Was Mensa's test conducted on the internet? The internet has a systematic bias in personalities. For example, reddit subscriptions to each personality type reddit favor Introversion and Intuition 4,828 INTJ 4,457 INTP 1,817 INFP 1,531 INFJ
IAWYC, but "the internet" is way too broad for what you actually mean -- ISTM that a supermajority of teenagers and young adults in developed countries uses it daily, though plenty of them mostly use it for Facebook, YouTube and similar and probably have never heard of Reddit. (Even I never use Reddit unless I'm following a link to a particular thread from somewhere else -- but the first letter of my MBTI is E so this kind of confirms your point.)
Yeah, different websites have different personality skews, which complicates things. Fortunately there's evidence against Mensa having used an online sample: Epiphany said the results were published in December 1993. It's fairly easy to give a survey to an Internet forum nowadays, but where would Mensa have found an online sample back in '93? IRC? Usenet? (There is a rec.org.mensa where people posted about personality and the Myers-Briggs back in 1993, but the only relevant post that year was someone asking about Mensans' personalities to no avail.)

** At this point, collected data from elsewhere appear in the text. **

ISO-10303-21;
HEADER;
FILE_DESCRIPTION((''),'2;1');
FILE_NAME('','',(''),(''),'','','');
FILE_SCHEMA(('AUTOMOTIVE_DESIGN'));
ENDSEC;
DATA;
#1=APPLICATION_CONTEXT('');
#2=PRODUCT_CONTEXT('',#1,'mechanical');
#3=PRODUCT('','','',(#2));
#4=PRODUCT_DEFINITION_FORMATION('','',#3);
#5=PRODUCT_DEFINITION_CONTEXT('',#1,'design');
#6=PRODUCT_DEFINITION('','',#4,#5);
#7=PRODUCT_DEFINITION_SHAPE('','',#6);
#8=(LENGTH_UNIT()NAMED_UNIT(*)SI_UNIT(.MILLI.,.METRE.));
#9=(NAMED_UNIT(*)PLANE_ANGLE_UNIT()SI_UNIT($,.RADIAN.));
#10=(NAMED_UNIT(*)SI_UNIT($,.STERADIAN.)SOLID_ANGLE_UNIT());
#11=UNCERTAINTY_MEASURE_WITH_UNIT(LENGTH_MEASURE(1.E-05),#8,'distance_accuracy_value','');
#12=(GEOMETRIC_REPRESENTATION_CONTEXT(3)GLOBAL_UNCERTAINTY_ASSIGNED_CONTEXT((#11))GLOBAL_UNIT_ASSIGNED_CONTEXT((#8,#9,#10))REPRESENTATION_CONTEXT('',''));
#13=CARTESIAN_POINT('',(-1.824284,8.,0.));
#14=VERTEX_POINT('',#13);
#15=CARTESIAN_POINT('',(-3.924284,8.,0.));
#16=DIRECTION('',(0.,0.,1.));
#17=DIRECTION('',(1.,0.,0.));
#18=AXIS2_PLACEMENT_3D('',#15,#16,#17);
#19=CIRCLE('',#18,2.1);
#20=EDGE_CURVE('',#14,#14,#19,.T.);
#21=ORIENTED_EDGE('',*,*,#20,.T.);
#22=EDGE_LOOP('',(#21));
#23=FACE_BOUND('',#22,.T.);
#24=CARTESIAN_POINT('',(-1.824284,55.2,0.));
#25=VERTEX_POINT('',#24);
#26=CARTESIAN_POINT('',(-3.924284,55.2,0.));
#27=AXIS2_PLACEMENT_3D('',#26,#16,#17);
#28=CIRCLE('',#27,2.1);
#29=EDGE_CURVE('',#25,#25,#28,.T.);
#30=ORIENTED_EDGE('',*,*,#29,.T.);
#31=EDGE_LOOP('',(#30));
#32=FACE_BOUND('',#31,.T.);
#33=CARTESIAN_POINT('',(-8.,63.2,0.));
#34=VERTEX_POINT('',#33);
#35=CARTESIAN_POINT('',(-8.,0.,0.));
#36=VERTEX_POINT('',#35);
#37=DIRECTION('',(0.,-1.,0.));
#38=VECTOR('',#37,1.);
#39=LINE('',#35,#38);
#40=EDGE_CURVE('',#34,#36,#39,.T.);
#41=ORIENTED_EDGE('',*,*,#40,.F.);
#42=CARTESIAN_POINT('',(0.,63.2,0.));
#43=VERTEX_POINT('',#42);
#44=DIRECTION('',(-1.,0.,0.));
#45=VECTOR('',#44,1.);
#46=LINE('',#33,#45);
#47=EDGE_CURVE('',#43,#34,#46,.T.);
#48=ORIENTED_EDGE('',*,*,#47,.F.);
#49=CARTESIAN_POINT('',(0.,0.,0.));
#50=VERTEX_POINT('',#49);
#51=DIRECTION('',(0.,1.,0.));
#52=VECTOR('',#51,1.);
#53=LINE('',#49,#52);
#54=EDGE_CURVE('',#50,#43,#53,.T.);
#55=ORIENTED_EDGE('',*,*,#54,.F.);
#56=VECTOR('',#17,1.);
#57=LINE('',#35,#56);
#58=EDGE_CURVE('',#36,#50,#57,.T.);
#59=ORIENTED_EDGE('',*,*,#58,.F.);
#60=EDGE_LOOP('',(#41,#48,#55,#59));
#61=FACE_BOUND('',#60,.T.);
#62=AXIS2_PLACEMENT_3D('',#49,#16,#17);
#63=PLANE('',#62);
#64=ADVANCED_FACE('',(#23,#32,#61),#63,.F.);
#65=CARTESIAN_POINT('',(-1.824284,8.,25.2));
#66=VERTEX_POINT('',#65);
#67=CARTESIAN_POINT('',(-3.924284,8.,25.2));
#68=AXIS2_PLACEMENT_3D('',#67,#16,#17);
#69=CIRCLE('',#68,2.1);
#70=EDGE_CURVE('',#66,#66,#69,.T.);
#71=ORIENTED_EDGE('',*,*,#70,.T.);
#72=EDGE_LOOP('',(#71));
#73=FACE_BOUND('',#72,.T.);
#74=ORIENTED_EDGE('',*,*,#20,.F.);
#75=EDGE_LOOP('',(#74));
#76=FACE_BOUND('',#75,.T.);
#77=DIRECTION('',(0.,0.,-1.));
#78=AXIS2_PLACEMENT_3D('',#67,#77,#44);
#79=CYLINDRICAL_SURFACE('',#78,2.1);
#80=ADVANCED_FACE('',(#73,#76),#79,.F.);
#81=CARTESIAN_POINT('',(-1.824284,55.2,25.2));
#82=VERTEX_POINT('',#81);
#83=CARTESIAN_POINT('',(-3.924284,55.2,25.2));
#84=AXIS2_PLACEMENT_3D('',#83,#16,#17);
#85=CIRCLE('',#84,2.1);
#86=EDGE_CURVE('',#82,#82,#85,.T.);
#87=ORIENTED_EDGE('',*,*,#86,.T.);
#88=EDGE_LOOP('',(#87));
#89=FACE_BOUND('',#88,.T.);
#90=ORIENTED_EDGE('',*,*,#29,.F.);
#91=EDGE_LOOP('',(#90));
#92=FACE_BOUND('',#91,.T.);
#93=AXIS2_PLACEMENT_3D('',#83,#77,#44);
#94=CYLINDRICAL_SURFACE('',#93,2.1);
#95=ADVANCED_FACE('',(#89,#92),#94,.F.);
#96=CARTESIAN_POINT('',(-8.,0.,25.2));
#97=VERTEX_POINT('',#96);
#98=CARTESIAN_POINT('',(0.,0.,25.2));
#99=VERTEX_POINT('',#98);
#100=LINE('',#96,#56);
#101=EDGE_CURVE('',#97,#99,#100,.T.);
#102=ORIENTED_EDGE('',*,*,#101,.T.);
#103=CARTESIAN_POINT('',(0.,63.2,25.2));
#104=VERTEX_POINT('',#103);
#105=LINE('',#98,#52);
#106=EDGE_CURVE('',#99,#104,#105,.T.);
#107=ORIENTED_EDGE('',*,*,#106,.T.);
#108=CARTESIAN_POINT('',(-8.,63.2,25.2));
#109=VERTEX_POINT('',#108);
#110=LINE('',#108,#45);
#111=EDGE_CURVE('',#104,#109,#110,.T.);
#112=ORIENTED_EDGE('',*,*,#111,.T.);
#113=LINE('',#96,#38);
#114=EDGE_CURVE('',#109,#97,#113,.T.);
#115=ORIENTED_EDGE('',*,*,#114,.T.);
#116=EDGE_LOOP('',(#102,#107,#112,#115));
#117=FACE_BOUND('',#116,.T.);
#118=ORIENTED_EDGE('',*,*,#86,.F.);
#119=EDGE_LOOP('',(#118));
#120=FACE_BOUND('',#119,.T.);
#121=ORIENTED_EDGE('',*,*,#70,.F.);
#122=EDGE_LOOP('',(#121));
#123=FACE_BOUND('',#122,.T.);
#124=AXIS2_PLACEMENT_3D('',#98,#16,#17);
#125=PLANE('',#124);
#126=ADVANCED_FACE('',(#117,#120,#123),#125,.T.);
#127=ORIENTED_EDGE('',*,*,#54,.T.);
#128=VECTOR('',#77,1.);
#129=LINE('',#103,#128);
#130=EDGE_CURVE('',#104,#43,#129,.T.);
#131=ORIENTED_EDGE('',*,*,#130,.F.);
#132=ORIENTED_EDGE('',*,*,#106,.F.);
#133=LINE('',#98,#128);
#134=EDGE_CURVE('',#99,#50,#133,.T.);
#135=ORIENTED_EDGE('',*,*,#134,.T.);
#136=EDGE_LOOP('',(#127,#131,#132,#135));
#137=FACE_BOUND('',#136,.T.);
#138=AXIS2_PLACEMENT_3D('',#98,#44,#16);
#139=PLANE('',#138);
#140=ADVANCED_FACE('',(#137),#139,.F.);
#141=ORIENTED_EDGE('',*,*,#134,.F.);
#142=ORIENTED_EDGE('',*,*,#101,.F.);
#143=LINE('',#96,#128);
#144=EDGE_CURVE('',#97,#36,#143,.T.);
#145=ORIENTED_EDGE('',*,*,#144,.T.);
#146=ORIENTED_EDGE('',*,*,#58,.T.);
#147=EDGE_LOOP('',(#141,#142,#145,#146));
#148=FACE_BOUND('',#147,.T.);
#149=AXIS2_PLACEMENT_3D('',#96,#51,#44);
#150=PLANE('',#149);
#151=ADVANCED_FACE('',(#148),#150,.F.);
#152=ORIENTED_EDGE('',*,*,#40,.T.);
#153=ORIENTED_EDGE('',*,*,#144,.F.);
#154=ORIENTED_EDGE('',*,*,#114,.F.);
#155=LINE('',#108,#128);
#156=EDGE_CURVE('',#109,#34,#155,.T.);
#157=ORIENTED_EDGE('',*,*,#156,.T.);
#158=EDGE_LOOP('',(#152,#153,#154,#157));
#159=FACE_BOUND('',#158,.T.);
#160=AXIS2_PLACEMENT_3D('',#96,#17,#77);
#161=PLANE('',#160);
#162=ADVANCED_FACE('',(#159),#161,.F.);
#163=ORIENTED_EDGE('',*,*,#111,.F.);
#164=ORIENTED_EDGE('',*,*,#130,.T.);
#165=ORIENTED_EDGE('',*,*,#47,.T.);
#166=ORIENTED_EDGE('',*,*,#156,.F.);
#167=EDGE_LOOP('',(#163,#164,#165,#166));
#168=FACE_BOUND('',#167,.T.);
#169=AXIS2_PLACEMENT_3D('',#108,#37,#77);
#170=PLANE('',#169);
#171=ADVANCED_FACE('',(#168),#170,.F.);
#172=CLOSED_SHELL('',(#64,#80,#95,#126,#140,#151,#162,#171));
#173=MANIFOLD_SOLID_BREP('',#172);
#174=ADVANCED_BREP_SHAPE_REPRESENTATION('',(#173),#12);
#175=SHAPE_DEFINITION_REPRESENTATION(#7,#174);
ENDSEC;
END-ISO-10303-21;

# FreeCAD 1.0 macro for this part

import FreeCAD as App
import Part
import Sketcher
from FreeCAD import Vector
Q = App.Units.Quantity


def add_polygon(sketch, points):
    """Adds a closed chain of lines whose ends are joined by coincident constraints."""
    first, n = sketch.GeometryCount, len(points)
    for a, b in zip(points, points[1:] + points[:1]):
        sketch.addGeometry(Part.LineSegment(App.Vector(*a, 0), App.Vector(*b, 0)), False)
    for i in range(n):
        sketch.addConstraint(Sketcher.Constraint("Coincident", first + i, 2, first + (i + 1) % n, 1))

doc = App.newDocument("Part")
params = doc.addObject("Spreadsheet::Sheet", "Params")
for row, (alias, value) in enumerate([
    ("sketch1_diameter", "4.2 mm"),
    ("sketch1_width", "8 mm"),
    ("sketch1_height", "63.2 mm"),
    ("pad1_length", "25.2 mm"),
], start=1):
    params.set(f"A{row}", alias)
    params.set(f"B{row}", "=" + value)
    params.setAlias(f"B{row}", alias)

body = doc.addObject("PartDesign::Body", "Body")

# Sketch on XY plane
sketch1 = doc.addObject("Sketcher::SketchObject", "Sketch")
body.addObject(sketch1)
sketch1.AttachmentSupport = (doc.XY_Plane, [""])
sketch1.MapMode = "FlatFace"
add_polygon(sketch1, [(-8, 0), (0, 0), (0, 63.2), (-8, 63.2)])  # lines 0-3
sketch1.addGeometry(Part.Circle(Vector(-3.9, 8, 0), Vector(0, 0, 1), 2.1), False)  # 4
sketch1.addGeometry(Part.Circle(Vector(-3.9, 55.2, 0), Vector(0, 0, 1), 2.1), False)  # 5
sketch1.addConstraint([
    Sketcher.Constraint("Horizontal", 0),
    Sketcher.Constraint("Vertical", 1),
    Sketcher.Constraint("Horizontal", 2),
    Sketcher.Constraint("Vertical", 3),
    Sketcher.Constraint("Coincident", 0, 2, -1, 1),
    Sketcher.Constraint("Equal", 4, 5),
    Sketcher.Constraint("Vertical", 4, 3, 5, 3),
    Sketcher.Constraint("Diameter", 4, Q("4.2 mm")),
    Sketcher.Constraint("DistanceX", 0, 1, 0, 2, Q("8 mm")),
    Sketcher.Constraint("DistanceY", 1, 1, 1, 2, Q("63.2 mm")),
    Sketcher.Constraint("DistanceY", -1, 1, 4, 3, Q("8 mm")),
    Sketcher.Constraint("DistanceY", 5, 3, 1, 2, Q("8 mm")),
    Sketcher.Constraint("DistanceX", 4, 3, -1, 1, Q("3.924284 mm")),
])
sketch1.setExpression("Constraints[11]", "Params.sketch1_diameter")
sketch1.setExpression("Constraints[12]", "Params.sketch1_width")
sketch1.setExpression("Constraints[13]", "Params.sketch1_height")
pad1 = doc.addObject("PartDesign::Pad", "Pad")
body.addObject(pad1)
pad1.Profile = sketch1
pad1.setExpression("Length", "Params.pad1_length")

doc.recompute()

Yeah...by "internet" what I meant was sites that most people do not know about - sites that you would only stumble upon in the course of extensive net usage. I once described it to a friend as "deep" vs "shallow" internet, with depth corresponding to the extent to which a typical visitor to the website uses the internet. Even within a website (say reddit) a smaller sub-reddit would be "deeper" than a main one.
I'm myself am actually a counterexample to my own "extroverts don't use the internet as much" notion...but I'm only a moderate extrovert. (ENTP or ENFP depending on the test...ENTP description fits better. I listed ENTP in the survey.)
By that definition, there are many nearly disconnected "deep internets".
Yes...i'm confused. Is this supposed to be a flaw in the definition? The idea here is to use relative obscurity to describe the degree to which a site is visited only by Internet users who do heavy exploring. There are only a few "shallow" regions... Facebook, Wikipedia, twitter...the shallowest being google. These are all high traffic and even people who never use computers have heard some of these words. There are many deep regions, on the other hand, and most are disconnected.
It is if you then proceed to claim to have statistics over users of the "deep internet".